Records to use below:
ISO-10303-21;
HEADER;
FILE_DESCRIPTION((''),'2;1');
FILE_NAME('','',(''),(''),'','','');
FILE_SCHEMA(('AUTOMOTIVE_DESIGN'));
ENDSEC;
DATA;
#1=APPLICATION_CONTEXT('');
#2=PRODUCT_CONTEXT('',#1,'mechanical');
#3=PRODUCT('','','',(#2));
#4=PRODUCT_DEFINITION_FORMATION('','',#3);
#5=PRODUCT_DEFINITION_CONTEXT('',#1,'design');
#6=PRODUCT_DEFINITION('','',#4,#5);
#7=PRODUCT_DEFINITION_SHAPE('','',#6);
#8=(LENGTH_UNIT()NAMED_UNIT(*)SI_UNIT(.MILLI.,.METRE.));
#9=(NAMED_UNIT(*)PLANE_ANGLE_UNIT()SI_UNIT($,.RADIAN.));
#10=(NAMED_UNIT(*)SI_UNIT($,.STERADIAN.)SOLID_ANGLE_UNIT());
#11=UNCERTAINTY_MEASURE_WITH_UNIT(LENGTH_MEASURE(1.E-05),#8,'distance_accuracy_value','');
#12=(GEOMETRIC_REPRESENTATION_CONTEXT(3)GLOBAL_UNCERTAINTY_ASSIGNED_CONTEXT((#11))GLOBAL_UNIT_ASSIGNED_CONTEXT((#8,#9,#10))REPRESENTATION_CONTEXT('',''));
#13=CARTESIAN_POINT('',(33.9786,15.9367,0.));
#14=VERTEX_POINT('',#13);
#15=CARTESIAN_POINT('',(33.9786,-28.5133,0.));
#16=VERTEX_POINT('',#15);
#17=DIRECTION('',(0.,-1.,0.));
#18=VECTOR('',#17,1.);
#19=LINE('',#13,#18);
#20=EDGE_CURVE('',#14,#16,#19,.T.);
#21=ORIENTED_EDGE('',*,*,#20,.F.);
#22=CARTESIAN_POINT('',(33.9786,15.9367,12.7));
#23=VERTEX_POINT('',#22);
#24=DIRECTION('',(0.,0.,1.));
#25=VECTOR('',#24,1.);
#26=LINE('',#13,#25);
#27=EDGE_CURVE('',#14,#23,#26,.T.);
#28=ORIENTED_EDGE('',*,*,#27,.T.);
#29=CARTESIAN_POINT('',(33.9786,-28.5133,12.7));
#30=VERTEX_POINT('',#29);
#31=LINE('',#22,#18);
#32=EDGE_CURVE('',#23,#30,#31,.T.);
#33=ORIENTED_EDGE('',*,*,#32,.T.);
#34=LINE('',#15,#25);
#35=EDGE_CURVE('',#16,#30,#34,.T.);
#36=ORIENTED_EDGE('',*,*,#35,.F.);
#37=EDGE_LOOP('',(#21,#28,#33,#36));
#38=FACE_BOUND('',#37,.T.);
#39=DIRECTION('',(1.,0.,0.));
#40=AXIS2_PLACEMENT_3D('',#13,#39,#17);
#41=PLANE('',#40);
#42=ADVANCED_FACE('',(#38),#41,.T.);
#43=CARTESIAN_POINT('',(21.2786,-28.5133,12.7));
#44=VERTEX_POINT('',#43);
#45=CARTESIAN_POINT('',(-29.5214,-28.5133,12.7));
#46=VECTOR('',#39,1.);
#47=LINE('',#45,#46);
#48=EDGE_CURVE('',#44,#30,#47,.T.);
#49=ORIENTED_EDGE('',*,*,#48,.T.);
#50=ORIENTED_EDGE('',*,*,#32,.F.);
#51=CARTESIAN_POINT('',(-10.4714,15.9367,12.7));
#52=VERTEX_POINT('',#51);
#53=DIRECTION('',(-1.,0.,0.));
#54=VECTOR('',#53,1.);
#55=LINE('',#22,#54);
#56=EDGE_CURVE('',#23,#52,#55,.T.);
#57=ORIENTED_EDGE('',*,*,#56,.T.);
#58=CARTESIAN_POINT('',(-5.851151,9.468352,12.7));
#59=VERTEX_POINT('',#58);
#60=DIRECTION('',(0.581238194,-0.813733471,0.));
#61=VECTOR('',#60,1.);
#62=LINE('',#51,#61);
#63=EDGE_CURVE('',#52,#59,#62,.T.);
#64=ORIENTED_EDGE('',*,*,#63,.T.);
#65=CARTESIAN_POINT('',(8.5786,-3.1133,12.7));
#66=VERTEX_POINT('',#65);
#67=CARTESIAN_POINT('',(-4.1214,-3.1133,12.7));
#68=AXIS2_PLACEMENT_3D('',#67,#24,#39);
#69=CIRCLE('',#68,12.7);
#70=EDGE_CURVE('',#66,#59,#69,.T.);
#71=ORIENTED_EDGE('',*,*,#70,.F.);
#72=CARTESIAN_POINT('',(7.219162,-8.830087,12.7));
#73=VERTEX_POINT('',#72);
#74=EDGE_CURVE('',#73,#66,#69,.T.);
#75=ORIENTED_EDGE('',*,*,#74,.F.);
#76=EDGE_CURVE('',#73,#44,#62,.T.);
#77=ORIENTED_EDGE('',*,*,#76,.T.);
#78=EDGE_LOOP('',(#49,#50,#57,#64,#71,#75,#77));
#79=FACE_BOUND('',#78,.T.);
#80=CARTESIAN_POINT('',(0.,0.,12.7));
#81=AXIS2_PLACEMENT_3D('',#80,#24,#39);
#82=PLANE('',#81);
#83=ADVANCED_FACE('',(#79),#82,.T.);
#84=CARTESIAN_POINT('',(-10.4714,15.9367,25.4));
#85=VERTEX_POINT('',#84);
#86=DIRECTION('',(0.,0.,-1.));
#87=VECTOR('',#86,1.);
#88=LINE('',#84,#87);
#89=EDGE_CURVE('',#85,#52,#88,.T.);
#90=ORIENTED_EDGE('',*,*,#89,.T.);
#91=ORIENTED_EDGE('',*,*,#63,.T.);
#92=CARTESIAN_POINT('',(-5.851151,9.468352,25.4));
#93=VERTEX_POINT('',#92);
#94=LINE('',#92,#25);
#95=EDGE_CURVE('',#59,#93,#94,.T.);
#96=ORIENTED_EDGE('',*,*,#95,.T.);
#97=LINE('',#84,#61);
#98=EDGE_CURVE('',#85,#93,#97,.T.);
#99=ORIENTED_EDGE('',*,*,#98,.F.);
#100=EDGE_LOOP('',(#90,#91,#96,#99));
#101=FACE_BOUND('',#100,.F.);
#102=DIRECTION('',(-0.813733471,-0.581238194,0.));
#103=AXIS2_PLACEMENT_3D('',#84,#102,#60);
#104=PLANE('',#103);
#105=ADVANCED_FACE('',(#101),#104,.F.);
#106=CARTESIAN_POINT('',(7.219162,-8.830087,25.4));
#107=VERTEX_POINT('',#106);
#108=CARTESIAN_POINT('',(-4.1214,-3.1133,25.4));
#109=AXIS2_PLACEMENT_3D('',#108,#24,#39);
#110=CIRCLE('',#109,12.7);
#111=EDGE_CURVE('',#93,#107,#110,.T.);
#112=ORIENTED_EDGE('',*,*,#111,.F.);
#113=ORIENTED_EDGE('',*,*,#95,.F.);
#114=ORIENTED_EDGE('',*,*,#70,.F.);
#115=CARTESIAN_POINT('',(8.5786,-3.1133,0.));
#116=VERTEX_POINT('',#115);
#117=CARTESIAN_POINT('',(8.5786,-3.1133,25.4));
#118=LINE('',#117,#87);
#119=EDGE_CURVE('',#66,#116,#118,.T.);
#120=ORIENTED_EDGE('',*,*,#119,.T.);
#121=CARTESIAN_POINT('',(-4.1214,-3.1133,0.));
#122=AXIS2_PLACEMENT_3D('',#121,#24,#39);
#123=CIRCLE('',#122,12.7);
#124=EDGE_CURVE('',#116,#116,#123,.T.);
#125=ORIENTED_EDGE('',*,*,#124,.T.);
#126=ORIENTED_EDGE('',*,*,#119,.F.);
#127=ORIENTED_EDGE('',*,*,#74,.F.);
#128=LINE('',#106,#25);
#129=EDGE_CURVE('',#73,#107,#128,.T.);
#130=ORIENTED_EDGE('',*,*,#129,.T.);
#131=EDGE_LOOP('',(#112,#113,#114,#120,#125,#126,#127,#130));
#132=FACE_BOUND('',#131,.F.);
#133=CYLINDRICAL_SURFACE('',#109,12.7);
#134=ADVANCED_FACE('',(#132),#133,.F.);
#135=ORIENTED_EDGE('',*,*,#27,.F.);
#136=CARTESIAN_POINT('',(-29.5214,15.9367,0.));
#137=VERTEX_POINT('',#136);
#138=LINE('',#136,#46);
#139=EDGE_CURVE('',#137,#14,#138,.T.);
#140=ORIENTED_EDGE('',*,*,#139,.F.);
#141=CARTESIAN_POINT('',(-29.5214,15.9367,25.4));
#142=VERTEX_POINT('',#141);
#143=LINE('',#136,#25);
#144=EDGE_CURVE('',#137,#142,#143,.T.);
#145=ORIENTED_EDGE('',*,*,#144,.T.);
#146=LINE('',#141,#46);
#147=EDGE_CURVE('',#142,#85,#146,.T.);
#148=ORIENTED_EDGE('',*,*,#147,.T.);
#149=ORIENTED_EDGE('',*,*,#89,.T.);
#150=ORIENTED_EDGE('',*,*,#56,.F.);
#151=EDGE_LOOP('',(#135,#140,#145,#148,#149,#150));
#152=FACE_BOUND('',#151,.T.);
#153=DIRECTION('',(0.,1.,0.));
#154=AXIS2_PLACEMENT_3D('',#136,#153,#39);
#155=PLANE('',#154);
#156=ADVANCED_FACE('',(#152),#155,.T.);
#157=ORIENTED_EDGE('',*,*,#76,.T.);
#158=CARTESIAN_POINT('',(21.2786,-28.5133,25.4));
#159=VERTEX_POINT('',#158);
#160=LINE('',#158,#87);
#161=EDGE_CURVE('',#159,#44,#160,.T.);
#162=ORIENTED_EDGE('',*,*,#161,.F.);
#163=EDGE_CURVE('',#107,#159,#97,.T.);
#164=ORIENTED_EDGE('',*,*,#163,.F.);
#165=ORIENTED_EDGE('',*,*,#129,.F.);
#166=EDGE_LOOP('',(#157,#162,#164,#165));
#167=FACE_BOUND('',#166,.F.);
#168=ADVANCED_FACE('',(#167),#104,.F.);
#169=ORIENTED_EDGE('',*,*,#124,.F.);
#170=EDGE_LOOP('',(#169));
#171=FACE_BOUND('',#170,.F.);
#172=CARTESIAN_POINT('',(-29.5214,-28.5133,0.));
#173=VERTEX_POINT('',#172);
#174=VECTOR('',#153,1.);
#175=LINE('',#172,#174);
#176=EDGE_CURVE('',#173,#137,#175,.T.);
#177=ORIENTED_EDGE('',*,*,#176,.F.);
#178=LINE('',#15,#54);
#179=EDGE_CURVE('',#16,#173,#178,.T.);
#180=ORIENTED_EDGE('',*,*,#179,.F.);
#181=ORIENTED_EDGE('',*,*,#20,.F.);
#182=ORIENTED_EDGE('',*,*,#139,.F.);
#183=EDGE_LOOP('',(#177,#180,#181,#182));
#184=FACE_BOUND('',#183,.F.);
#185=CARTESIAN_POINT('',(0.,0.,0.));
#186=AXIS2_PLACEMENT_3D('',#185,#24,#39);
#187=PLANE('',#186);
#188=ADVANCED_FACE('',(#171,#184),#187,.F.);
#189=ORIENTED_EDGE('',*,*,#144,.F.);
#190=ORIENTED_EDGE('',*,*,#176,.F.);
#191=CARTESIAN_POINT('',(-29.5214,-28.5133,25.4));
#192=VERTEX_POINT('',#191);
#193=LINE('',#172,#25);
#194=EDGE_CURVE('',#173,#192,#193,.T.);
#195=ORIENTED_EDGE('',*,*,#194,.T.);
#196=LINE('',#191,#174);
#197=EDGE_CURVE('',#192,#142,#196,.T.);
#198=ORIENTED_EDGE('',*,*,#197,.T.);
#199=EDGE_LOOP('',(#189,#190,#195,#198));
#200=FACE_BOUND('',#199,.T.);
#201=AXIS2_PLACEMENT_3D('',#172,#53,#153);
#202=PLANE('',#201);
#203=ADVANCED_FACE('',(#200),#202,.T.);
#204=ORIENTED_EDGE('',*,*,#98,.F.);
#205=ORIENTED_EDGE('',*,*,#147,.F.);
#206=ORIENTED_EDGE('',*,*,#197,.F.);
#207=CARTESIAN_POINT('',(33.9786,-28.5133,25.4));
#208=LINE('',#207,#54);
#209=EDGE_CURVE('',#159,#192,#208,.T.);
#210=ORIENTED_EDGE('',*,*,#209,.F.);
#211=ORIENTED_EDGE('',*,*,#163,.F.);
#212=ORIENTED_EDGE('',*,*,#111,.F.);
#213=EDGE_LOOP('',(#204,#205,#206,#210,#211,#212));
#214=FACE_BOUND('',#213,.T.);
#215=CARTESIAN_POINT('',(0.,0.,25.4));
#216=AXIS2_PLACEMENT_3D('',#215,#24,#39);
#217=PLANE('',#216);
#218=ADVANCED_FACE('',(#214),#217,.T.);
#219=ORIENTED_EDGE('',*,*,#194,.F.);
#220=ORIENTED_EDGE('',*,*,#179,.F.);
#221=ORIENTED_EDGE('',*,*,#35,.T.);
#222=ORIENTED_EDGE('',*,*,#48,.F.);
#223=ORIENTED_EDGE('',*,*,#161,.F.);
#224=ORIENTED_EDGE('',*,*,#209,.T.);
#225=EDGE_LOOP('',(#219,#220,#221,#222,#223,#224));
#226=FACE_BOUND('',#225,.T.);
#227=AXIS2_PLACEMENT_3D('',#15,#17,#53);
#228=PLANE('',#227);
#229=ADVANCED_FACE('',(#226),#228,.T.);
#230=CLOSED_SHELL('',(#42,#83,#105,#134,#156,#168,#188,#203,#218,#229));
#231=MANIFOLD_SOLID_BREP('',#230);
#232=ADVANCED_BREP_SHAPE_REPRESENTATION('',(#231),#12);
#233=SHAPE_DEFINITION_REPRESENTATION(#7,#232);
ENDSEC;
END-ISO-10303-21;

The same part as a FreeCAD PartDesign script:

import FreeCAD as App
import Part
import Sketcher
Q = App.Units.Quantity


def add_polygon(sketch, points):
    """Adds a closed chain of lines whose ends are joined by coincident constraints."""
    first, n = sketch.GeometryCount, len(points)
    for a, b in zip(points, points[1:] + points[:1]):
        sketch.addGeometry(Part.LineSegment(App.Vector(*a, 0), App.Vector(*b, 0)), False)
    for i in range(n):
        sketch.addConstraint(Sketcher.Constraint("Coincident", first + i, 2, first + (i + 1) % n, 1))

doc = App.newDocument("Part")
body = doc.addObject("PartDesign::Body", "Body")

sketch1 = body.newObject("Sketcher::SketchObject", "Sketch")
sketch1.AttachmentSupport = (doc.getObject("XY_Plane"), [""])
sketch1.MapMode = "FlatFace"
add_polygon(sketch1, [(33.9786, 15.9367), (-29.5214, 15.9367), (-29.5214, -28.5133), (33.9786, -28.5133)])
sketch1.addConstraint(Sketcher.Constraint("Horizontal", 0))
sketch1.addConstraint(Sketcher.Constraint("Vertical", 1))
sketch1.addConstraint(Sketcher.Constraint("Horizontal", 2))
sketch1.addConstraint(Sketcher.Constraint("Vertical", 3))
sketch1.addConstraint(Sketcher.Constraint("DistanceX", 0, 2, 0, 1, Q("2.5 in")))
sketch1.addConstraint(Sketcher.Constraint("DistanceY", 1, 2, 1, 1, Q("1.75 in")))
sketch1.addConstraint(Sketcher.Constraint("DistanceX", 0, 2, -1, 1, 29.5214))
sketch1.addConstraint(Sketcher.Constraint("DistanceY", -1, 1, 0, 2, 15.9367))
pad1 = body.newObject("PartDesign::Pad", "Pad")
pad1.Profile = sketch1
pad1.Length = Q("1 in")

sketch2 = body.newObject("Sketcher::SketchObject", "Sketch001")
sketch2.AttachmentSupport = (doc.getObject("XY_Plane"), [""])
sketch2.MapMode = "FlatFace"
sketch2.AttachmentOffset = App.Placement(App.Vector(0, 0, 1 * 25.4), App.Rotation())
add_polygon(sketch2, [(33.9786, -28.5133), (33.9786, 15.9367), (-10.4714, 15.9367), (21.2786, -28.5133)])
sketch2.addConstraint(Sketcher.Constraint("Vertical", 0))
sketch2.addConstraint(Sketcher.Constraint("Horizontal", 1))
sketch2.addConstraint(Sketcher.Constraint("Horizontal", 3))
sketch2.addConstraint(Sketcher.Constraint("Equal", 1, 0))
sketch2.addConstraint(Sketcher.Constraint("DistanceX", 3, 1, 3, 2, Q("0.5 in")))
sketch2.addConstraint(Sketcher.Constraint("DistanceX", 1, 2, 1, 1, Q("1.75 in")))
sketch2.addConstraint(Sketcher.Constraint("DistanceX", -1, 1, 0, 2, 33.9786))
sketch2.addConstraint(Sketcher.Constraint("DistanceY", -1, 1, 0, 2, 15.9367))
pocket1 = body.newObject("PartDesign::Pocket", "Pocket")
pocket1.Profile = sketch2
pocket1.Length = Q("0.5 in")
End of Records to use.
Required work ->
Please reproduce exactly the lines in the listing above from the one containing "#162=ORIENTED_EDGE('',*,*,#161,.F.);" through the one containing "#178=LINE('',#15,#54);", both included, and nothing more.

Your solution ->
#162=ORIENTED_EDGE('',*,*,#161,.F.);
#163=EDGE_CURVE('',#107,#159,#97,.T.);
#164=ORIENTED_EDGE('',*,*,#163,.F.);
#165=ORIENTED_EDGE('',*,*,#129,.F.);
#166=EDGE_LOOP('',(#157,#162,#164,#165));
#167=FACE_BOUND('',#166,.F.);
#168=ADVANCED_FACE('',(#167),#104,.F.);
#169=ORIENTED_EDGE('',*,*,#124,.F.);
#170=EDGE_LOOP('',(#169));
#171=FACE_BOUND('',#170,.F.);
#172=CARTESIAN_POINT('',(-29.5214,-28.5133,0.));
#173=VERTEX_POINT('',#172);
#174=VECTOR('',#153,1.);
#175=LINE('',#172,#174);
#176=EDGE_CURVE('',#173,#137,#175,.T.);
#177=ORIENTED_EDGE('',*,*,#176,.F.);
#178=LINE('',#15,#54);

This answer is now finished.